Transcontinental Investment Corporation is the holding group that formed Transcontinental Entertainment Corporation and hired young Mike Curb, now president of MGM Records, to be its head. Curb in turn, hired Gary Usher to form "an avant-garde artist-oriented record label, a division of TEC," as Usher put it. "They made a lot of promises - $1 million to work with, total autonomy, and a three-year minimum. TEC owned 40 percent of the racks in the country; they had lots of money." Usher had been successful with the Beach Boys, co-writing some tunes with Brian Wilson, as well as with the Byrds and Chad and Jeremy (as a producer). He was looking to do something different. 

"I always wanted to do a series called 'Archives.'" In fact, Together put out two interesting collections, one of the Pre-Flyte Byrds, and one of various L.A.-area artists and bands. "Pre-Flyte sold well, it got the company off, and other people started bringing me tapes - Lord Buckley and good material like that." That's when he told Howard Wolf about "Archives" and sent him off to San Francisco.

But six months into Together's existence, Usher said, "Transcon started fudging with money, saying, 'We think the San Francisco scene is bullshit and we don't know who Howard Wolf is.' [Wolf, Usher said, had been advanced $5000 on the project.] I took Howard over there, he explained it, and they bought the idea of one full album from the Grateful Dead." Transcon stock then dropped, Usher said, and Curb split. "I simply walked out of there and went to RCA. I signed all my rights and interest over to TEC, who then sold out of the record business, and MGM took over all the properties." 

So now you have MGM Records, whose president had so loudly announced a purge of all MGM artists who "advocate and exploit drugs," squeezing out every acidic second of Grateful Dead music that they can.  

Sidoti says Sunflower is "a solely-owned label owned by Mac Davis." But MGM, it says on the liners, manufactures and distributes, and even the lion head appears on the two Dead albums. "Well, it's a joint venture with MGM." Watch your choice of words. 

"Mike Curb has nothing to do with it," Sidoti continued. "There's lots of controversy surrounding whatever he does. God bless Mike Curb, whatever his thing is." 

But how do you justify putting out shit and misrepresenting a group at the same time? 

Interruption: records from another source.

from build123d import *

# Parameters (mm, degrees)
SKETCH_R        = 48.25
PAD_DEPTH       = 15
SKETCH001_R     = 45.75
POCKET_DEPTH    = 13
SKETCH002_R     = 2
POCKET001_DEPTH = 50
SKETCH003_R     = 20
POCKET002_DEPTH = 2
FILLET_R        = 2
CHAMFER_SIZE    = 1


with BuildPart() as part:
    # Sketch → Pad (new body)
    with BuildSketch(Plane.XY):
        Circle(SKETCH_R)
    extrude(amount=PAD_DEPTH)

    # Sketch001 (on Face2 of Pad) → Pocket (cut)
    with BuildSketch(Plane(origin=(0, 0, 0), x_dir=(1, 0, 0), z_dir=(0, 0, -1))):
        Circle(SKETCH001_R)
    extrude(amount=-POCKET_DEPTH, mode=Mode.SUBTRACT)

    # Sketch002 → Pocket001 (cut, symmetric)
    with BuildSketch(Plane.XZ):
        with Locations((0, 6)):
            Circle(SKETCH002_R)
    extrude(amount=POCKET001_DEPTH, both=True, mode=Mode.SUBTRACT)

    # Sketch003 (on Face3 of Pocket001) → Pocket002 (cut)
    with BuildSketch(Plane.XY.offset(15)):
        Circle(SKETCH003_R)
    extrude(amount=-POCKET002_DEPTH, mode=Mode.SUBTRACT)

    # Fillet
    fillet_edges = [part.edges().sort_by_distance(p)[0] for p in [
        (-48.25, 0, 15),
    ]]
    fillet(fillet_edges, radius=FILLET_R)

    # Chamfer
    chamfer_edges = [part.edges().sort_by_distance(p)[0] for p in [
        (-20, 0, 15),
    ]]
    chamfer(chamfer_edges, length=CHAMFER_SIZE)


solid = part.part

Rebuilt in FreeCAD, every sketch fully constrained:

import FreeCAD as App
import Part
import Sketcher
Q = App.Units.Quantity


def edges_at(feature, points):
    """Names of the edges that pass closest to the given points."""
    edges = feature.Shape.Edges
    near = lambda p: min(range(len(edges)), key=lambda i: edges[i].distToShape(Part.Vertex(*p))[0])
    return sorted({f"Edge{near(p) + 1}" for p in points})

doc = App.newDocument("Part")
body = doc.addObject("PartDesign::Body", "Body")

# Sketch on XY plane
sketch1 = doc.addObject("Sketcher::SketchObject", "Sketch")
body.addObject(sketch1)
sketch1.AttachmentSupport = (doc.XY_Plane, [""])
sketch1.MapMode = "FlatFace"
sketch1.addGeometry(Part.Circle(App.Vector(0, 0, 0), App.Vector(0, 0, 1), 48.25), False)
sketch1.addConstraint([
    Sketcher.Constraint("Coincident", 0, 3, -1, 1),
    Sketcher.Constraint("Diameter", 0, Q("96.5 mm")),
])
pad1 = doc.addObject("PartDesign::Pad", "Pad")
body.addObject(pad1)
pad1.Profile = sketch1
pad1.Length = 15

# Sketch on XY plane
sketch2 = doc.addObject("Sketcher::SketchObject", "Sketch001")
body.addObject(sketch2)
sketch2.AttachmentSupport = (doc.XY_Plane, [""])
sketch2.MapMode = "FlatFace"
sketch2.addGeometry(Part.Circle(App.Vector(0, 0, 0), App.Vector(0, 0, 1), 45.75), False)
sketch2.addConstraint([
    Sketcher.Constraint("Coincident", 0, 3, -1, 1),
    Sketcher.Constraint("Diameter", 0, Q("91.5 mm")),
])
pocket1 = doc.addObject("PartDesign::Pocket", "Pocket")
body.addObject(pocket1)
pocket1.Profile = sketch2
pocket1.Length = 13
pocket1.Reversed = True

# Sketch on XZ plane
sketch3 = doc.addObject("Sketcher::SketchObject", "Sketch002")
body.addObject(sketch3)
sketch3.AttachmentSupport = (doc.XZ_Plane, [""])
sketch3.MapMode = "FlatFace"
sketch3.addGeometry(Part.Circle(App.Vector(0, 6, 0), App.Vector(0, 0, 1), 2), False)
sketch3.addConstraint([
    Sketcher.Constraint("PointOnObject", 0, 3, -2),
    Sketcher.Constraint("Diameter", 0, Q("4 mm")),
    Sketcher.Constraint("DistanceY", -1, 1, 0, 3, Q("6 mm")),
])
pocket2 = doc.addObject("PartDesign::Pocket", "Pocket001")
body.addObject(pocket2)
pocket2.Profile = sketch3
pocket2.Length = 100
pocket2.Midplane = True

# Sketch on XY plane
sketch4 = doc.addObject("Sketcher::SketchObject", "Sketch003")
body.addObject(sketch4)
sketch4.AttachmentSupport = (doc.XY_Plane, [""])
sketch4.MapMode = "FlatFace"
sketch4.AttachmentOffset = App.Placement(App.Vector(0, 0, 15), App.Rotation())
sketch4.addGeometry(Part.Circle(App.Vector(0, 0, 0), App.Vector(0, 0, 1), 20), False)
sketch4.addConstraint([
    Sketcher.Constraint("Coincident", 0, 3, -1, 1),
    Sketcher.Constraint("Diameter", 0, Q("40 mm")),
])
pocket3 = doc.addObject("PartDesign::Pocket", "Pocket002")
body.addObject(pocket3)
pocket3.Profile = sketch4
pocket3.Length = 2
doc.recompute()

fillet = doc.addObject("PartDesign::Fillet", "Fillet")
body.addObject(fillet)
fillet.Base = (pocket3, edges_at(pocket3, [(-48.25, 0, 15)]))
fillet.Radius = 2
doc.recompute()

chamfer = doc.addObject("PartDesign::Chamfer", "Chamfer")
body.addObject(chamfer)
chamfer.Base = (fillet, edges_at(fillet, [(-20, 0, 15)]))
chamfer.Size = 1

doc.recompute()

"There was no motive of hurting the Grateful Dead," Sidoti said. Earlier in our conversation - and this helps explain the motive - he had said, "Since the first one sold well, we decided to go ahead with another. We had four masters left over - they were decent tapes. There were a lot of dropouts on the tape, but we got rid of all those. I really think this helped the group. Actually the record buyer would have to be a Grateful Dead freak to be interested, and there's an X amount of people who otherwise couldn't buy the LP and compare."